▸ **Exercise**
For the entries below, the result should be an exact transcription of the lines from the one with "#140=ORIENTED_EDGE('',*,*,#139,.T.);" up to and including the one with "#186=FACE_BOUND('',#185,.T.);", and only those.

******

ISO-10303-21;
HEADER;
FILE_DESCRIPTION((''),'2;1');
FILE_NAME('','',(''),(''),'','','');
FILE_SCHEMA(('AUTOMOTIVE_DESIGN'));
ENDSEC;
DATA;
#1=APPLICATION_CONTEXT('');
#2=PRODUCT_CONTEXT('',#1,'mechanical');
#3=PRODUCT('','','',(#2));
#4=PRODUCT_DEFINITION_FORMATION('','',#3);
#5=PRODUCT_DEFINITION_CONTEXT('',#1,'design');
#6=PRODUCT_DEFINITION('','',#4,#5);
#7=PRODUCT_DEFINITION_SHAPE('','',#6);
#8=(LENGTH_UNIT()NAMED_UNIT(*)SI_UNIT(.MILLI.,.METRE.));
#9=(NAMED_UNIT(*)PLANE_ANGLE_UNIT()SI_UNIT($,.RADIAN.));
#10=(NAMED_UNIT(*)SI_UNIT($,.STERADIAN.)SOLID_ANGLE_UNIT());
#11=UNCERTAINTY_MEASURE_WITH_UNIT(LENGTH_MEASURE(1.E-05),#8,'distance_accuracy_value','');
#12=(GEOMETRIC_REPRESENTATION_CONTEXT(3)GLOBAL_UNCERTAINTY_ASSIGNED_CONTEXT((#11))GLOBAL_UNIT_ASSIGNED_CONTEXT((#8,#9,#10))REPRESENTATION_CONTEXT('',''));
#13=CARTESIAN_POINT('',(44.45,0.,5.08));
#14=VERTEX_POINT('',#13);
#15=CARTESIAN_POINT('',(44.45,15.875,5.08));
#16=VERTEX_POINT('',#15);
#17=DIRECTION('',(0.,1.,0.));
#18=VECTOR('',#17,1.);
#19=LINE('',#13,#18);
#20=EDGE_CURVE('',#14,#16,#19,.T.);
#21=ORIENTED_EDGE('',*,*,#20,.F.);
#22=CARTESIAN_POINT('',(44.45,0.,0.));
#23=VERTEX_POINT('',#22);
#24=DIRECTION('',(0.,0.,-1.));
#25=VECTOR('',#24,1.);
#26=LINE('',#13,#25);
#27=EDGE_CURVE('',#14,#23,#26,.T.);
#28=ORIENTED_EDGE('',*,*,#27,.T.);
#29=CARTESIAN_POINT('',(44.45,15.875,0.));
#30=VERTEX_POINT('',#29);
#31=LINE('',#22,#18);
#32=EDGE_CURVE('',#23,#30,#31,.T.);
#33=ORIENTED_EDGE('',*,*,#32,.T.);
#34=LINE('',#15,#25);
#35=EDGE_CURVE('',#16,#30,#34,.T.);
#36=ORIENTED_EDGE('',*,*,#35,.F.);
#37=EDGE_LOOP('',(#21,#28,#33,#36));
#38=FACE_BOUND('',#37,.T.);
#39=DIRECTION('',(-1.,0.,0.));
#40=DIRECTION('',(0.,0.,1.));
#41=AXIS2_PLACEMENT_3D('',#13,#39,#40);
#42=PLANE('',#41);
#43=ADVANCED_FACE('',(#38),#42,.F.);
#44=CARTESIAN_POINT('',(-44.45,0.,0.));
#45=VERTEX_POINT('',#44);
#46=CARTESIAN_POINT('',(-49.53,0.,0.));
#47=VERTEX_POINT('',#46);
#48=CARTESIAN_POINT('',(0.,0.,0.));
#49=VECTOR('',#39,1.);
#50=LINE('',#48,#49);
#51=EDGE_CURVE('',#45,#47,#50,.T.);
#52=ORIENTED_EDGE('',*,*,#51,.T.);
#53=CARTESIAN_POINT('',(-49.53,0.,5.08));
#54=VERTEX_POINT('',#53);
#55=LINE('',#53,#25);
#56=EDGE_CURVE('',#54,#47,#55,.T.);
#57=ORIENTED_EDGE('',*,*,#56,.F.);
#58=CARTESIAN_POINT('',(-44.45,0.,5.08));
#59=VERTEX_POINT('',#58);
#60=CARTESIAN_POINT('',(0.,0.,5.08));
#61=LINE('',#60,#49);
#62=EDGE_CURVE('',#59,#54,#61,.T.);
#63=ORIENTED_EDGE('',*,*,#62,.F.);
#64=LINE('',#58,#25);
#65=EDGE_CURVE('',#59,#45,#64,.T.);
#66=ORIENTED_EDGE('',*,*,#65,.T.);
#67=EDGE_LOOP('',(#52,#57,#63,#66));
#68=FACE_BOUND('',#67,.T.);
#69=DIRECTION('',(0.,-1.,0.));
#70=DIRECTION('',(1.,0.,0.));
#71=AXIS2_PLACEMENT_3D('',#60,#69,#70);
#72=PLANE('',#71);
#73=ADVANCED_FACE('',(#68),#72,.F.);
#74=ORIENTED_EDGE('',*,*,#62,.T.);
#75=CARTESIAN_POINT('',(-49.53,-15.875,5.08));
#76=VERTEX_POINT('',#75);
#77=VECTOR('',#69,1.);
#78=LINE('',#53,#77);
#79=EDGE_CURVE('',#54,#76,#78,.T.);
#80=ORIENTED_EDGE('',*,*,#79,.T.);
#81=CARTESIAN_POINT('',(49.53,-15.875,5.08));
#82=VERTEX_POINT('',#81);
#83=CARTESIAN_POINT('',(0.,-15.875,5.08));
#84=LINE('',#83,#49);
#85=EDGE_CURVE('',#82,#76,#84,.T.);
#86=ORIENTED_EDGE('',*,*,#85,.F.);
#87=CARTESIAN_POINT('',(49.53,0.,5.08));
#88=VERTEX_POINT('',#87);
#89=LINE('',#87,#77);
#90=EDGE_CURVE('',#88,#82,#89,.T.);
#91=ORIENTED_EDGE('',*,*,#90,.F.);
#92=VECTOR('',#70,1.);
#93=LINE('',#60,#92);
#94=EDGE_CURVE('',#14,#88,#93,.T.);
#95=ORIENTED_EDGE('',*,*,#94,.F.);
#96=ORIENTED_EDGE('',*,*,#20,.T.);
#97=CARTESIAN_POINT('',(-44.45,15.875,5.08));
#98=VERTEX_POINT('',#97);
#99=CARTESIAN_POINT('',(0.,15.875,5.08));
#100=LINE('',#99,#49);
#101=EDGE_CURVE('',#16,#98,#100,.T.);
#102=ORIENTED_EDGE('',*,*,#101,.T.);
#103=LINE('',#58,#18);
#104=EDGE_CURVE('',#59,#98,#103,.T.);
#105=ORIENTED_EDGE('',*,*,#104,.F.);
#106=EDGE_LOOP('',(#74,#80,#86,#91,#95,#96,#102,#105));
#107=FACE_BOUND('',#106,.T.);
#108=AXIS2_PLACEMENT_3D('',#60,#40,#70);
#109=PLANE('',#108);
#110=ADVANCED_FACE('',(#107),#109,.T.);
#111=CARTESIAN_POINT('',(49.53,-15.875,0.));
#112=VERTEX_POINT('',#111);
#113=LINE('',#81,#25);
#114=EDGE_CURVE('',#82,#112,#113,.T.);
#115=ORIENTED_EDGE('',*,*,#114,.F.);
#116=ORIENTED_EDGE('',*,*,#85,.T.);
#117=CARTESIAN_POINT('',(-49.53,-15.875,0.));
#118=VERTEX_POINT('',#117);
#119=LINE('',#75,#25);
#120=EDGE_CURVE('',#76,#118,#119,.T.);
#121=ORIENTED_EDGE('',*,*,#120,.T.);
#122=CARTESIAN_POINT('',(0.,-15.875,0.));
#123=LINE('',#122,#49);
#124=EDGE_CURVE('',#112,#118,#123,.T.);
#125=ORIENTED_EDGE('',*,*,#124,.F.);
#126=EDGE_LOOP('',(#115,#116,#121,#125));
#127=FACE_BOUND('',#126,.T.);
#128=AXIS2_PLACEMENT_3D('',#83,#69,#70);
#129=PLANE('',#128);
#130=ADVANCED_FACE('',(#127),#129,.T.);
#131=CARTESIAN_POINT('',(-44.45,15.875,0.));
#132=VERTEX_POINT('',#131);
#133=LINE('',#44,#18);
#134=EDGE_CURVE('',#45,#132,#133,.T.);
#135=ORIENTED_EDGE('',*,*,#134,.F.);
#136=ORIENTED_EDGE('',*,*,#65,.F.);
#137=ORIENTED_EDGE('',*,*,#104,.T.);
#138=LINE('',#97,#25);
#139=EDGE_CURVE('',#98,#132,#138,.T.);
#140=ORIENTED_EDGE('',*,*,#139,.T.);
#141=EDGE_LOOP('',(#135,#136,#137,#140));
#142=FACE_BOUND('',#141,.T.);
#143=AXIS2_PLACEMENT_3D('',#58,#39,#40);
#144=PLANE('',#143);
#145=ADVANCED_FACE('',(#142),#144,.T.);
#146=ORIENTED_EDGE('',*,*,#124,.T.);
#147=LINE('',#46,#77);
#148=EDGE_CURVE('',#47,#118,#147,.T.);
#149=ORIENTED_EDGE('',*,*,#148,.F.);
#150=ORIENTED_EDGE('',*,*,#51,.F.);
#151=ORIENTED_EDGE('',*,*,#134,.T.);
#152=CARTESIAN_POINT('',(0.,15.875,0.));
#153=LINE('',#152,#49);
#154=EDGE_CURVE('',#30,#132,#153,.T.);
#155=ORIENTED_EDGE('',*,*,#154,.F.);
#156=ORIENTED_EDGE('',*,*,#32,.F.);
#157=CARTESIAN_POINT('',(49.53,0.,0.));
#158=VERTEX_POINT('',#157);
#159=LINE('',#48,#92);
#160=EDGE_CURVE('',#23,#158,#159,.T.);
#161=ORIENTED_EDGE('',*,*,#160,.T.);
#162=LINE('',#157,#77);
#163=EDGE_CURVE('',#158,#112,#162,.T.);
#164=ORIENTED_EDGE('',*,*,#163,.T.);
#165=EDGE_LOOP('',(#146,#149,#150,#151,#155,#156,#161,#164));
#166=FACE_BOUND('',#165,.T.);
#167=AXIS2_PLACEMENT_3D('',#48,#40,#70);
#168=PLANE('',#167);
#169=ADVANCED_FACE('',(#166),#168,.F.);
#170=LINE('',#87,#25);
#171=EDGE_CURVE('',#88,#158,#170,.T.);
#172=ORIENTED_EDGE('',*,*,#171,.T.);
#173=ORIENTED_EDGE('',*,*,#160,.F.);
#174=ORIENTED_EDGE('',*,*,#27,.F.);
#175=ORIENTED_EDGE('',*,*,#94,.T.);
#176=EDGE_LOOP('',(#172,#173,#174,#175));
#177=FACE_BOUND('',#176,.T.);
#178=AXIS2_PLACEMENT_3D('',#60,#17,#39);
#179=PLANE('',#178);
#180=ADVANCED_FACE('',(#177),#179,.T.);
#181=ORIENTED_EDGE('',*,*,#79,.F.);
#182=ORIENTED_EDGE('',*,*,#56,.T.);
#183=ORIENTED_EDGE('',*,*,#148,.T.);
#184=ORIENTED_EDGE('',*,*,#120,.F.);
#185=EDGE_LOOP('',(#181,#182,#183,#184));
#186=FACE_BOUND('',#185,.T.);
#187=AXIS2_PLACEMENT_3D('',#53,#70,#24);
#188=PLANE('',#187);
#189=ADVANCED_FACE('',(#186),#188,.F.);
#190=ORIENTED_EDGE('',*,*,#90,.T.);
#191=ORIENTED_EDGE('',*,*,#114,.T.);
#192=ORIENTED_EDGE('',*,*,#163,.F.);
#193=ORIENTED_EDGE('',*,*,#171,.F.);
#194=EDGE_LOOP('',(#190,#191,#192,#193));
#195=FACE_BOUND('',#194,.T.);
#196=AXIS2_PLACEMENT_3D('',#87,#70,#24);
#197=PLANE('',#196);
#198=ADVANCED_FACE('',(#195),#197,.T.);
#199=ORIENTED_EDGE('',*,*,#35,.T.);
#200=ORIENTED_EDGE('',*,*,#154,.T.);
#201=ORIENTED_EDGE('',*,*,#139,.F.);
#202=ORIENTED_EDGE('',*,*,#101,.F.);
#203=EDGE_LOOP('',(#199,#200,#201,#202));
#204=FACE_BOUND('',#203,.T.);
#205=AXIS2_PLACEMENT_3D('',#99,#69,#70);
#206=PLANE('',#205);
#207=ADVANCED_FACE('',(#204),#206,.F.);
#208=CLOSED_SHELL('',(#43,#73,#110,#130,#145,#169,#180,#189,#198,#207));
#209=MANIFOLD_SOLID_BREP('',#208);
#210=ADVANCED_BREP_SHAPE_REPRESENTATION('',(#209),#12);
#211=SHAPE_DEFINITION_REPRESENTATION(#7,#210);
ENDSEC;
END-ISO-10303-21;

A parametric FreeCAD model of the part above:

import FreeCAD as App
import Part
import Sketcher
Q = App.Units.Quantity

doc = App.newDocument("Part")
body = doc.addObject("PartDesign::Body", "Body")

sketch1 = doc.addObject("Sketcher::SketchObject", "Sketch")
body.addObject(sketch1)
sketch1.AttachmentSupport = (doc.XY_Plane, [""])
sketch1.MapMode = "FlatFace"
sketch1.addGeometry([
    Part.LineSegment(App.Vector(-50, 0, 0), App.Vector(-50, -16, 0)),
    Part.LineSegment(App.Vector(-50, -16, 0), App.Vector(50, -16, 0)),
    Part.LineSegment(App.Vector(50, -16, 0), App.Vector(50, 0, 0)),
    Part.LineSegment(App.Vector(50, 0, 0), App.Vector(44, 0, 0)),
    Part.LineSegment(App.Vector(44, 0, 0), App.Vector(44, 16, 0)),
    Part.LineSegment(App.Vector(44, 16, 0), App.Vector(-44, 16, 0)),
    Part.LineSegment(App.Vector(-44, 16, 0), App.Vector(-44, 0, 0)),
    Part.LineSegment(App.Vector(-44, 0, 0), App.Vector(-50, 0, 0)),
], False)
sketch1.addConstraint([
    Sketcher.Constraint("Coincident", 0, 2, 1, 1),
    Sketcher.Constraint("Coincident", 1, 2, 2, 1),
    Sketcher.Constraint("Coincident", 2, 2, 3, 1),
    Sketcher.Constraint("Coincident", 3, 2, 4, 1),
    Sketcher.Constraint("Coincident", 4, 2, 5, 1),
    Sketcher.Constraint("Coincident", 5, 2, 6, 1),
    Sketcher.Constraint("Coincident", 6, 2, 7, 1),
    Sketcher.Constraint("Coincident", 7, 2, 0, 1),
    Sketcher.Constraint("Vertical", 0),
    Sketcher.Constraint("Horizontal", 1),
    Sketcher.Constraint("Vertical", 2),
    Sketcher.Constraint("Horizontal", 3),
    Sketcher.Constraint("Vertical", 4),
    Sketcher.Constraint("Horizontal", 5),
    Sketcher.Constraint("Vertical", 6),
    Sketcher.Constraint("Horizontal", 7),
    Sketcher.Constraint("Symmetric", 3, 2, 6, 2, -1, 1),
    Sketcher.Constraint("Symmetric", 2, 2, 7, 2, -2),
    Sketcher.Constraint("Equal", 2, 4),
    Sketcher.Constraint("DistanceX", 1, 1, 1, 2, Q("3.9 in")),
    Sketcher.Constraint("DistanceX", 3, 2, 3, 1, Q("0.2 in")),
    Sketcher.Constraint("DistanceY", 0, 2, 0, 1, Q("0.625 in")),
])
pad1 = doc.addObject("PartDesign::Pad", "Pad")
body.addObject(pad1)
pad1.Profile = sketch1
pad1.Length = Q("0.2 in")

doc.recompute()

******

▸ **Completed task**
#140=ORIENTED_EDGE('',*,*,#139,.T.);
#141=EDGE_LOOP('',(#135,#136,#137,#140));
#142=FACE_BOUND('',#141,.T.);
#143=AXIS2_PLACEMENT_3D('',#58,#39,#40);
#144=PLANE('',#143);
#145=ADVANCED_FACE('',(#142),#144,.T.);
#146=ORIENTED_EDGE('',*,*,#124,.T.);
#147=LINE('',#46,#77);
#148=EDGE_CURVE('',#47,#118,#147,.T.);
#149=ORIENTED_EDGE('',*,*,#148,.F.);
#150=ORIENTED_EDGE('',*,*,#51,.F.);
#151=ORIENTED_EDGE('',*,*,#134,.T.);
#152=CARTESIAN_POINT('',(0.,15.875,0.));
#153=LINE('',#152,#49);
#154=EDGE_CURVE('',#30,#132,#153,.T.);
#155=ORIENTED_EDGE('',*,*,#154,.F.);
#156=ORIENTED_EDGE('',*,*,#32,.F.);
#157=CARTESIAN_POINT('',(49.53,0.,0.));
#158=VERTEX_POINT('',#157);
#159=LINE('',#48,#92);
#160=EDGE_CURVE('',#23,#158,#159,.T.);
#161=ORIENTED_EDGE('',*,*,#160,.T.);
#162=LINE('',#157,#77);
#163=EDGE_CURVE('',#158,#112,#162,.T.);
#164=ORIENTED_EDGE('',*,*,#163,.T.);
#165=EDGE_LOOP('',(#146,#149,#150,#151,#155,#156,#161,#164));
#166=FACE_BOUND('',#165,.T.);
#167=AXIS2_PLACEMENT_3D('',#48,#40,#70);
#168=PLANE('',#167);
#169=ADVANCED_FACE('',(#166),#168,.F.);
#170=LINE('',#87,#25);
#171=EDGE_CURVE('',#88,#158,#170,.T.);
#172=ORIENTED_EDGE('',*,*,#171,.T.);
#173=ORIENTED_EDGE('',*,*,#160,.F.);
#174=ORIENTED_EDGE('',*,*,#27,.F.);
#175=ORIENTED_EDGE('',*,*,#94,.T.);
#176=EDGE_LOOP('',(#172,#173,#174,#175));
#177=FACE_BOUND('',#176,.T.);
#178=AXIS2_PLACEMENT_3D('',#60,#17,#39);
#179=PLANE('',#178);
#180=ADVANCED_FACE('',(#177),#179,.T.);
#181=ORIENTED_EDGE('',*,*,#79,.F.);
#182=ORIENTED_EDGE('',*,*,#56,.T.);
#183=ORIENTED_EDGE('',*,*,#148,.T.);
#184=ORIENTED_EDGE('',*,*,#120,.F.);
#185=EDGE_LOOP('',(#181,#182,#183,#184));
#186=FACE_BOUND('',#185,.T.);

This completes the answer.